Exercise directions: Repeat the stretch of entries below from the line with "e15 v13 v12 LINE" through the line with "e23 v8 v19 LINE". Include both ends and add nothing.

Supplied material:
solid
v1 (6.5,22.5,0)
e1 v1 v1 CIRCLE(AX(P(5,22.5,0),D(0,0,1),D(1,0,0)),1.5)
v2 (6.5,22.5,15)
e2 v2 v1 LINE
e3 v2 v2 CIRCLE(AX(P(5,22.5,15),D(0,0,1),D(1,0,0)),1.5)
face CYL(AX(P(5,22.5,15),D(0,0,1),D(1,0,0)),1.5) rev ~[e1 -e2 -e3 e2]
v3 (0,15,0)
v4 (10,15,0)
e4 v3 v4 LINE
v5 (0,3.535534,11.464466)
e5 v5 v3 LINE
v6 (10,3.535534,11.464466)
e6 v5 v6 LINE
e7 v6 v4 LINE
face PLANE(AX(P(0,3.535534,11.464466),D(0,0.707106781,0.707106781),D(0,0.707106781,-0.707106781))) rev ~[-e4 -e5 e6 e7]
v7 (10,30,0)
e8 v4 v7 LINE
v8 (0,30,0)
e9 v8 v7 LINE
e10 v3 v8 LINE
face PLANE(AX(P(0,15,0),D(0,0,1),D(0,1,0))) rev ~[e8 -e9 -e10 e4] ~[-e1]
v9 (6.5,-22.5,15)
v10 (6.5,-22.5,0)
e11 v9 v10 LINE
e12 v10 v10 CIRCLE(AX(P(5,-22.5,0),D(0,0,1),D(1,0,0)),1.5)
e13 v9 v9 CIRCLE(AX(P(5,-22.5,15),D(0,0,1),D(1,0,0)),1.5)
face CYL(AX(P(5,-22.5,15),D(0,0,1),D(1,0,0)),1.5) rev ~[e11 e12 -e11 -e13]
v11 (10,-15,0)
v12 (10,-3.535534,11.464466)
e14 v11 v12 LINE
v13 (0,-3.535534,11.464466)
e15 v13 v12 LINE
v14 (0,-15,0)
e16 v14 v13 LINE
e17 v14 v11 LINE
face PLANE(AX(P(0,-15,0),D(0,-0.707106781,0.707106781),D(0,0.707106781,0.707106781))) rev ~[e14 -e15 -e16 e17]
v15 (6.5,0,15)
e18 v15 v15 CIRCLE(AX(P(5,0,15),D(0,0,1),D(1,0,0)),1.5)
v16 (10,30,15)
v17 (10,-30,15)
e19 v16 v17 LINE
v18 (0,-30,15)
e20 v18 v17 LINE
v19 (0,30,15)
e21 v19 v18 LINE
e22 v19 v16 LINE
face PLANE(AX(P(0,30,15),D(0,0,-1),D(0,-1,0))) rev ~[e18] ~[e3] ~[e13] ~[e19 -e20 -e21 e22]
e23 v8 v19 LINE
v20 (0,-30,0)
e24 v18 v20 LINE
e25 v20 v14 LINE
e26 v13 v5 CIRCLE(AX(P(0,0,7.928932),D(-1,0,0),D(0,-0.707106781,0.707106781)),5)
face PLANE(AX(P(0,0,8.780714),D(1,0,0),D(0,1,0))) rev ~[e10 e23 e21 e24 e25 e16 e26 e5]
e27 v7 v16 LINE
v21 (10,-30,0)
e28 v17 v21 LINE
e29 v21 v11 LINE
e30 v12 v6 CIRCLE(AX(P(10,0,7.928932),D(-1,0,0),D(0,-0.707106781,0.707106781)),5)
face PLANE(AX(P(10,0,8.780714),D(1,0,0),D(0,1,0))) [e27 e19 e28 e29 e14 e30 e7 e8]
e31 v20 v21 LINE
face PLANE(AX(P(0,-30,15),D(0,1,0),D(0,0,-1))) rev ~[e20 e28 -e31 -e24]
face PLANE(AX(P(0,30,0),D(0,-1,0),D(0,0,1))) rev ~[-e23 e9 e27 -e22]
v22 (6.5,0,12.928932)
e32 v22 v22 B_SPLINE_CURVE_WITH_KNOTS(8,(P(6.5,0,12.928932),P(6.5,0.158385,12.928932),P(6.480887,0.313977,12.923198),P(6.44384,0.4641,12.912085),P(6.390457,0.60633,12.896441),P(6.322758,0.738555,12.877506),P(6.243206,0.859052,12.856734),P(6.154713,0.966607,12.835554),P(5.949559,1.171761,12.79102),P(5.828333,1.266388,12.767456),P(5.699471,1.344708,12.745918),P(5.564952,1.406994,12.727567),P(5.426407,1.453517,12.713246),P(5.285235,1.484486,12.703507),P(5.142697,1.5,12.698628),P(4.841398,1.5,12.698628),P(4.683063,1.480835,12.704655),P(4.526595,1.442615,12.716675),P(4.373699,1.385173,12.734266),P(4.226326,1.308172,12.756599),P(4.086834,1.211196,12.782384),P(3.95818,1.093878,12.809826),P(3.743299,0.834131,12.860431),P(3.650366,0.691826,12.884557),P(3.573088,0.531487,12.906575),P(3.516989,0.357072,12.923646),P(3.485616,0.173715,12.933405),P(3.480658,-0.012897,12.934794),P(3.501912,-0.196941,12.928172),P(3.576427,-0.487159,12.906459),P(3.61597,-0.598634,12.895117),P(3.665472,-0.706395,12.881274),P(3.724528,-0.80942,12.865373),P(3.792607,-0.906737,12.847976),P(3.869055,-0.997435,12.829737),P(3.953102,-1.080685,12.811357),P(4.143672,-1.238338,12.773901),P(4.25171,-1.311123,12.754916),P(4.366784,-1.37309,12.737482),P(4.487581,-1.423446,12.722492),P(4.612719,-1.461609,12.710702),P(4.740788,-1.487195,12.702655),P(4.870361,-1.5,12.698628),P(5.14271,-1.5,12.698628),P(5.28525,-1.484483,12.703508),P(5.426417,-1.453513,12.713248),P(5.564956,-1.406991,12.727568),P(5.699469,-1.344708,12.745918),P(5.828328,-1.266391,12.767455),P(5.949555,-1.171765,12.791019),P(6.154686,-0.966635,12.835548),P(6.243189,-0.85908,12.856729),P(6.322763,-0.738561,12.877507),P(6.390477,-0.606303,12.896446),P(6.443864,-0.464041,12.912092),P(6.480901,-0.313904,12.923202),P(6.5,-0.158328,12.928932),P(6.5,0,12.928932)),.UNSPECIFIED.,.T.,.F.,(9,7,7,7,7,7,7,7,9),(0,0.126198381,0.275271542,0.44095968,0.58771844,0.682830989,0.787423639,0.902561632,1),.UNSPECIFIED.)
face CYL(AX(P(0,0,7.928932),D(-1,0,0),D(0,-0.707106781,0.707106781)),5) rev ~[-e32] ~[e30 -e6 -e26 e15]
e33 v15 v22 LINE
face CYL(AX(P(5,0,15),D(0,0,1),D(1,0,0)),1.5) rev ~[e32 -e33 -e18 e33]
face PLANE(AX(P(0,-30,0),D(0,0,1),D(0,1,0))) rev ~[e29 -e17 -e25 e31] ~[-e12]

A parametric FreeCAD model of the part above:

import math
import FreeCAD as App
import Part
import Sketcher

doc = App.newDocument("Part")
body = doc.addObject("PartDesign::Body", "Body")

sketch1 = body.newObject("Sketcher::SketchObject", "Sketch")
sketch1.AttachmentSupport = (doc.getObject("YZ_Plane"), [""])
sketch1.MapMode = "FlatFace"
sketch1.addGeometry(Part.LineSegment(App.Vector(30, 15, 0), App.Vector(-30, 15, 0)), False)
sketch1.addGeometry(Part.LineSegment(App.Vector(-30, 15, 0), App.Vector(-30, 0, 0)), False)
sketch1.addGeometry(Part.LineSegment(App.Vector(-30, 0, 0), App.Vector(-15, 0, 0)), False)
sketch1.addGeometry(Part.LineSegment(App.Vector(-15, 0, 0), App.Vector(-3.535534, 11.464466, 0)), False)
sketch1.addGeometry(Part.ArcOfCircle(Part.Circle(App.Vector(0, 7.928932, 0), App.Vector(0, 0, 1), 5), math.radians(45), math.radians(135)), False)
sketch1.addGeometry(Part.LineSegment(App.Vector(3.535534, 11.464466, 0), App.Vector(15, 0, 0)), False)
sketch1.addGeometry(Part.LineSegment(App.Vector(15, 0, 0), App.Vector(30, 0, 0)), False)
sketch1.addGeometry(Part.LineSegment(App.Vector(30, 0, 0), App.Vector(30, 15, 0)), False)
sketch1.addConstraint(Sketcher.Constraint("Coincident", 0, 2, 1, 1))
sketch1.addConstraint(Sketcher.Constraint("Coincident", 1, 2, 2, 1))
sketch1.addConstraint(Sketcher.Constraint("Coincident", 2, 2, 3, 1))
sketch1.addConstraint(Sketcher.Constraint("Tangent", 3, 2, 4, 2))
sketch1.addConstraint(Sketcher.Constraint("Tangent", 4, 1, 5, 1))
sketch1.addConstraint(Sketcher.Constraint("Coincident", 5, 2, 6, 1))
sketch1.addConstraint(Sketcher.Constraint("Coincident", 6, 2, 7, 1))
sketch1.addConstraint(Sketcher.Constraint("Coincident", 7, 2, 0, 1))
sketch1.addConstraint(Sketcher.Constraint("Horizontal", 0))
sketch1.addConstraint(Sketcher.Constraint("Vertical", 1))
sketch1.addConstraint(Sketcher.Constraint("Horizontal", 2))
sketch1.addConstraint(Sketcher.Constraint("Horizontal", 6))
sketch1.addConstraint(Sketcher.Constraint("Vertical", 7))
sketch1.addConstraint(Sketcher.Constraint("Symmetric", 2, 2, 5, 2, -1, 1))
sketch1.addConstraint(Sketcher.Constraint("Symmetric", 3, 2, 4, 1, -2))
sketch1.addConstraint(Sketcher.Constraint("Perpendicular", 3, 5))
sketch1.addConstraint(Sketcher.Constraint("Equal", 2, 6))
sketch1.addConstraint(Sketcher.Constraint("Equal", 6, 1))
sketch1.addConstraint(Sketcher.Constraint("Radius", 4, 5.0))
sketch1.addConstraint(Sketcher.Constraint("DistanceX", 0, 2, 0, 1, 60.0))
sketch1.addConstraint(Sketcher.Constraint("DistanceX", 2, 1, 2, 2, 15.0))
pad1 = body.newObject("PartDesign::Pad", "Pad")
pad1.Profile = sketch1
pad1.Length = 10

sketch2 = body.newObject("Sketcher::SketchObject", "Sketch001")
sketch2.AttachmentSupport = (doc.getObject("XY_Plane"), [""])
sketch2.MapMode = "FlatFace"
sketch2.AttachmentOffset = App.Placement(App.Vector(0, 0, 15), App.Rotation())
sketch2.addGeometry(Part.Circle(App.Vector(5, 0, 0), App.Vector(0, 0, 1), 1.5), False)
sketch2.addGeometry(Part.Circle(App.Vector(5, 22.5, 0), App.Vector(0, 0, 1), 1.5), False)
sketch2.addGeometry(Part.Circle(App.Vector(5, -22.5, 0), App.Vector(0, 0, 1), 1.5), False)
sketch2.addConstraint(Sketcher.Constraint("Equal", 0, 1))
sketch2.addConstraint(Sketcher.Constraint("Equal", 1, 2))
sketch2.addConstraint(Sketcher.Constraint("Symmetric", 1, 3, 2, 3, -1))
sketch2.addConstraint(Sketcher.Constraint("PointOnObject", 0, 3, -1))
sketch2.addConstraint(Sketcher.Constraint("Vertical", 0, 3, 1, 3))
sketch2.addConstraint(Sketcher.Constraint("Diameter", 0, 3.0))
sketch2.addConstraint(Sketcher.Constraint("DistanceX", -1, 1, 0, 3, 5.0))
sketch2.addConstraint(Sketcher.Constraint("DistanceY", 2, 3, 1, 3, 45.0))
pocket1 = body.newObject("PartDesign::Pocket", "Pocket")
pocket1.Profile = sketch2
pocket1.Type = "ThroughAll"

doc.recompute()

Expected output:
e15 v13 v12 LINE
v14 (0,-15,0)
e16 v14 v13 LINE
e17 v14 v11 LINE
face PLANE(AX(P(0,-15,0),D(0,-0.707106781,0.707106781),D(0,0.707106781,0.707106781))) rev ~[e14 -e15 -e16 e17]
v15 (6.5,0,15)
e18 v15 v15 CIRCLE(AX(P(5,0,15),D(0,0,1),D(1,0,0)),1.5)
v16 (10,30,15)
v17 (10,-30,15)
e19 v16 v17 LINE
v18 (0,-30,15)
e20 v18 v17 LINE
v19 (0,30,15)
e21 v19 v18 LINE
e22 v19 v16 LINE
face PLANE(AX(P(0,30,15),D(0,0,-1),D(0,-1,0))) rev ~[e18] ~[e3] ~[e13] ~[e19 -e20 -e21 e22]
e23 v8 v19 LINE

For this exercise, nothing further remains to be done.